Dataset records:
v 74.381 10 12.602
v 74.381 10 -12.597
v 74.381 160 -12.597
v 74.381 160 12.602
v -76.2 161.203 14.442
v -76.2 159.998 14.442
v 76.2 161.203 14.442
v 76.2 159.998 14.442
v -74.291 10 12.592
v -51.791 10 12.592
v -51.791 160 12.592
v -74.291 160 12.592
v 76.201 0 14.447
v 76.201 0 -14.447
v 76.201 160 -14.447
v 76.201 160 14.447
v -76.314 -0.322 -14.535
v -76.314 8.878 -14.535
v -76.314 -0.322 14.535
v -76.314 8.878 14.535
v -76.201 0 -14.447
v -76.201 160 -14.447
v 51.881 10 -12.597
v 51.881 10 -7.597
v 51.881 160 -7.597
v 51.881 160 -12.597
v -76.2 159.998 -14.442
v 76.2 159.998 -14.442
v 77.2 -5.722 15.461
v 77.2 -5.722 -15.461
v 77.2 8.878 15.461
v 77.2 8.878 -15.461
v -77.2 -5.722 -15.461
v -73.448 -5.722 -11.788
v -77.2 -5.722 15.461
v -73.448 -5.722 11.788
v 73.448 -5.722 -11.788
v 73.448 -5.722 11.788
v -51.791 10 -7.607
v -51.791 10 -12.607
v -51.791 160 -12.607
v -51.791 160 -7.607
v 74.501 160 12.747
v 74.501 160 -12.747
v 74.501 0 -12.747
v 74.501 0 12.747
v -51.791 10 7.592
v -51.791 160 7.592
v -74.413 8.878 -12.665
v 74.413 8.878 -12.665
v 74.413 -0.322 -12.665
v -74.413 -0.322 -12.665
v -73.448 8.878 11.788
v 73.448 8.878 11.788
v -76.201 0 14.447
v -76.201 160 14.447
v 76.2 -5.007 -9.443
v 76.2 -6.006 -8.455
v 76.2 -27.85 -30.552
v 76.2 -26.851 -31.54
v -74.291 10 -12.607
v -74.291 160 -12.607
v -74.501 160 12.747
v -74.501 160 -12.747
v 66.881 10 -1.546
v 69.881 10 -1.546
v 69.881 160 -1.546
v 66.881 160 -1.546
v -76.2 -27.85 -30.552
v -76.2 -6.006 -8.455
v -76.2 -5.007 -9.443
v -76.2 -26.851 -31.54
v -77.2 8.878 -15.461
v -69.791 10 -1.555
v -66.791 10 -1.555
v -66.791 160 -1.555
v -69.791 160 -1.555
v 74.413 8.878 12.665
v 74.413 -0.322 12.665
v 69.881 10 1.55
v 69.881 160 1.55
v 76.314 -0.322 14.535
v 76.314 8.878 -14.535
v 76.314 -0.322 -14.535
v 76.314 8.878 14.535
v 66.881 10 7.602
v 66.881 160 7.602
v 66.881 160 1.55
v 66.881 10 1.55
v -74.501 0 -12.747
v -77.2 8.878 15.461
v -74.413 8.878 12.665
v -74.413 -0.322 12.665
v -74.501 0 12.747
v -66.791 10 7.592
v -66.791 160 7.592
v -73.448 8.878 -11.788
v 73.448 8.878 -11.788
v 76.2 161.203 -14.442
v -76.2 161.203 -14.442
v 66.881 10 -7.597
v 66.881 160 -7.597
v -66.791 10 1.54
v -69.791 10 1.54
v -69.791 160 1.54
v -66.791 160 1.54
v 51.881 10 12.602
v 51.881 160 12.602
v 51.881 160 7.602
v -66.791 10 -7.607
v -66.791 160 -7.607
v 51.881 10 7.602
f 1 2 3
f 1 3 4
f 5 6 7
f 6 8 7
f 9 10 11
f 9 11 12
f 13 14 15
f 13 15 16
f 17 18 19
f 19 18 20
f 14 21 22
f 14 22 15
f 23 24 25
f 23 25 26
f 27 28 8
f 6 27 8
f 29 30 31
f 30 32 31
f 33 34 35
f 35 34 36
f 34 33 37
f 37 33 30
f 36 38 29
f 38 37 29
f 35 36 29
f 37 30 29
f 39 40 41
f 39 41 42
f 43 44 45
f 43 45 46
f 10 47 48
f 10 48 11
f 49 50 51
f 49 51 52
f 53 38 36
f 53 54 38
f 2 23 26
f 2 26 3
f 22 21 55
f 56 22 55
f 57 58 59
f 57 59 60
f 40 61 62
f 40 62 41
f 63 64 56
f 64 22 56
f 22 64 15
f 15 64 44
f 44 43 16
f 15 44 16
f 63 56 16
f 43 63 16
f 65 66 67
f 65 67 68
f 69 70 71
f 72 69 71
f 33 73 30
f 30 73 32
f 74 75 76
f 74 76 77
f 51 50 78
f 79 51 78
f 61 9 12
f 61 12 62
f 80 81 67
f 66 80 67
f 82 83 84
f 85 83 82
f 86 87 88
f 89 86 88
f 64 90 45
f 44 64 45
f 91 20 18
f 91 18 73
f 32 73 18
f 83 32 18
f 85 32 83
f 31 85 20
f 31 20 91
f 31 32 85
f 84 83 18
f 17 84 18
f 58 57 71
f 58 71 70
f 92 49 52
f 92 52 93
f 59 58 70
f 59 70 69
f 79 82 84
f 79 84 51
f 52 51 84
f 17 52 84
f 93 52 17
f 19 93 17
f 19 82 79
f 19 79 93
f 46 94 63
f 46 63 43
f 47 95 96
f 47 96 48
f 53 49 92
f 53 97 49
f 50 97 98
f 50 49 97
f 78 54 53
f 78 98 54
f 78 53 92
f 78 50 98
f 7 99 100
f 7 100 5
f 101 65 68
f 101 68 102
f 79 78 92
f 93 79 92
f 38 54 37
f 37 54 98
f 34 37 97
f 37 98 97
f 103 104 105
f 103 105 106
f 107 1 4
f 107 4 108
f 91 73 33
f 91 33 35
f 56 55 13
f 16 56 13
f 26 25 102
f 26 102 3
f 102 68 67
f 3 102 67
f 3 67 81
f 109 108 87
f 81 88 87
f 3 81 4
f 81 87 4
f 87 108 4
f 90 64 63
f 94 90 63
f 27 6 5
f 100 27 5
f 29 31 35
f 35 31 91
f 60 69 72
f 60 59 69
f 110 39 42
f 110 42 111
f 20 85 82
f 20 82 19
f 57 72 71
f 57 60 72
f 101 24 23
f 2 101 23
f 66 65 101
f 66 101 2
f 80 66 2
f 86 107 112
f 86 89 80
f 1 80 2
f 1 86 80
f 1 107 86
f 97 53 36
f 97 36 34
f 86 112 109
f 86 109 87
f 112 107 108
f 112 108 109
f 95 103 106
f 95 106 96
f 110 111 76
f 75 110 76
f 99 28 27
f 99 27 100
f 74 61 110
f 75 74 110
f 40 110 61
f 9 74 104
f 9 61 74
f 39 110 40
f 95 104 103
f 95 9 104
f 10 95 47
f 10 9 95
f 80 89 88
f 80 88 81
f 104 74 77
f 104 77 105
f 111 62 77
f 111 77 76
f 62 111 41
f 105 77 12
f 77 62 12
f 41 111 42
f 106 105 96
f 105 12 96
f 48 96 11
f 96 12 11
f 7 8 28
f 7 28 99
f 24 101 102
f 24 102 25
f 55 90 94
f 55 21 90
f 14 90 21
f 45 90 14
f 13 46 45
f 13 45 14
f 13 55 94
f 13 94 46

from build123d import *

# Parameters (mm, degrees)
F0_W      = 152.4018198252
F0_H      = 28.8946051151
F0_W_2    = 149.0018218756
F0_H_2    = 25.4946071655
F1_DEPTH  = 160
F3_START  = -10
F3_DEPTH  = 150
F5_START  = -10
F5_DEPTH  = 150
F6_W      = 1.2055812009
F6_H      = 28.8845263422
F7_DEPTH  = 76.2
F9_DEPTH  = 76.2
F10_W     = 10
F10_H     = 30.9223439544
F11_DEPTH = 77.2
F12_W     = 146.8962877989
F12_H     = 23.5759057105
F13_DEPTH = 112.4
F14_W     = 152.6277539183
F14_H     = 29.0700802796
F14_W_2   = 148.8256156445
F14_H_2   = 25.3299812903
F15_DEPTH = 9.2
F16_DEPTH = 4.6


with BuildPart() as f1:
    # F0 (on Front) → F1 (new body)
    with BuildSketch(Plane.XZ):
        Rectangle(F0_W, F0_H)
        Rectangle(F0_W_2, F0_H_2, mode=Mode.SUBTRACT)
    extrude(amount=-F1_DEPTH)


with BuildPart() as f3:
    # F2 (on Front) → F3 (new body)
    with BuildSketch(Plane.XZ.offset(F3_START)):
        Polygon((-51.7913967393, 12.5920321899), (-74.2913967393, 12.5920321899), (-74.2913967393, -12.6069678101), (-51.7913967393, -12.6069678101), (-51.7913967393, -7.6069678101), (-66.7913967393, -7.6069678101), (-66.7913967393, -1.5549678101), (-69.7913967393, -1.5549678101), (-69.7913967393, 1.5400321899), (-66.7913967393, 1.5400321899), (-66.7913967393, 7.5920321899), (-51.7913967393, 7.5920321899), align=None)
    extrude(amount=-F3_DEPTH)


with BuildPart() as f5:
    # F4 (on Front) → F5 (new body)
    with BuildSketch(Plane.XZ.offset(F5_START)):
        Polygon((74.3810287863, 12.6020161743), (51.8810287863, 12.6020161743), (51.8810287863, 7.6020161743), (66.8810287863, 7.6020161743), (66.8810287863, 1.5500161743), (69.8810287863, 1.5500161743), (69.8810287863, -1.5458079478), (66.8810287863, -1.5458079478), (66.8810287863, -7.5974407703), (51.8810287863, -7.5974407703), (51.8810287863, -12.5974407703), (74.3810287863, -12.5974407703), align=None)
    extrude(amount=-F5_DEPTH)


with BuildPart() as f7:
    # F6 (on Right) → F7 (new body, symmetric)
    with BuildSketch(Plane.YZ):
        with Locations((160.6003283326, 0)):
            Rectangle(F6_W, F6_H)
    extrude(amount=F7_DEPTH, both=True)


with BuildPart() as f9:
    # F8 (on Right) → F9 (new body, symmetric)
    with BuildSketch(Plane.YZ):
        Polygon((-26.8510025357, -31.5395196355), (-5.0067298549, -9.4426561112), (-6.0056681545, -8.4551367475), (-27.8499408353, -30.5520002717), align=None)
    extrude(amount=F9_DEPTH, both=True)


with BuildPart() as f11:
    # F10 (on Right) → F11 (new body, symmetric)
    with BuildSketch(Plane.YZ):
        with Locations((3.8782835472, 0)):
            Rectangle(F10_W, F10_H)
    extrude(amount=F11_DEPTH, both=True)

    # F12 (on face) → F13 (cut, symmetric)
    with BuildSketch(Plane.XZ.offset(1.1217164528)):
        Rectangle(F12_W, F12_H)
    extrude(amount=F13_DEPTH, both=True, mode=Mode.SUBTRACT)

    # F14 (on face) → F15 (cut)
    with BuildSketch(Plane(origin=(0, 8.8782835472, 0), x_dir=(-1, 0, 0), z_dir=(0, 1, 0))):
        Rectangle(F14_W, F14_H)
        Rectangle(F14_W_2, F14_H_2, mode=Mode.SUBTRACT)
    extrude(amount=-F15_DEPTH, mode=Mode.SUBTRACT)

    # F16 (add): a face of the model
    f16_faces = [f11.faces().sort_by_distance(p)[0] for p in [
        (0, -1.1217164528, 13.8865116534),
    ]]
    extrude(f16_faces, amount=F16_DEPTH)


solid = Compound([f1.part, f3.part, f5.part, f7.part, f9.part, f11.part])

Assignment:
Could you output, exactly and with nothing else, the lines from the start of the records through the line containing "v 73.448 8.878 -11.788"?

Answer box:
v 74.381 10 12.602
v 74.381 10 -12.597
v 74.381 160 -12.597
v 74.381 160 12.602
v -76.2 161.203 14.442
v -76.2 159.998 14.442
v 76.2 161.203 14.442
v 76.2 159.998 14.442
v -74.291 10 12.592
v -51.791 10 12.592
v -51.791 160 12.592
v -74.291 160 12.592
v 76.201 0 14.447
v 76.201 0 -14.447
v 76.201 160 -14.447
v 76.201 160 14.447
v -76.314 -0.322 -14.535
v -76.314 8.878 -14.535
v -76.314 -0.322 14.535
v -76.314 8.878 14.535
v -76.201 0 -14.447
v -76.201 160 -14.447
v 51.881 10 -12.597
v 51.881 10 -7.597
v 51.881 160 -7.597
v 51.881 160 -12.597
v -76.2 159.998 -14.442
v 76.2 159.998 -14.442
v 77.2 -5.722 15.461
v 77.2 -5.722 -15.461
v 77.2 8.878 15.461
v 77.2 8.878 -15.461
v -77.2 -5.722 -15.461
v -73.448 -5.722 -11.788
v -77.2 -5.722 15.461
v -73.448 -5.722 11.788
v 73.448 -5.722 -11.788
v 73.448 -5.722 11.788
v -51.791 10 -7.607
v -51.791 10 -12.607
v -51.791 160 -12.607
v -51.791 160 -7.607
v 74.501 160 12.747
v 74.501 160 -12.747
v 74.501 0 -12.747
v 74.501 0 12.747
v -51.791 10 7.592
v -51.791 160 7.592
v -74.413 8.878 -12.665
v 74.413 8.878 -12.665
v 74.413 -0.322 -12.665
v -74.413 -0.322 -12.665
v -73.448 8.878 11.788
v 73.448 8.878 11.788
v -76.201 0 14.447
v -76.201 160 14.447
v 76.2 -5.007 -9.443
v 76.2 -6.006 -8.455
v 76.2 -27.85 -30.552
v 76.2 -26.851 -31.54
v -74.291 10 -12.607
v -74.291 160 -12.607
v -74.501 160 12.747
v -74.501 160 -12.747
v 66.881 10 -1.546
v 69.881 10 -1.546
v 69.881 160 -1.546
v 66.881 160 -1.546
v -76.2 -27.85 -30.552
v -76.2 -6.006 -8.455
v -76.2 -5.007 -9.443
v -76.2 -26.851 -31.54
v -77.2 8.878 -15.461
v -69.791 10 -1.555
v -66.791 10 -1.555
v -66.791 160 -1.555
v -69.791 160 -1.555
v 74.413 8.878 12.665
v 74.413 -0.322 12.665
v 69.881 10 1.55
v 69.881 160 1.55
v 76.314 -0.322 14.535
v 76.314 8.878 -14.535
v 76.314 -0.322 -14.535
v 76.314 8.878 14.535
v 66.881 10 7.602
v 66.881 160 7.602
v 66.881 160 1.55
v 66.881 10 1.55
v -74.501 0 -12.747
v -77.2 8.878 15.461
v -74.413 8.878 12.665
v -74.413 -0.322 12.665
v -74.501 0 12.747
v -66.791 10 7.592
v -66.791 160 7.592
v -73.448 8.878 -11.788
v 73.448 8.878 -11.788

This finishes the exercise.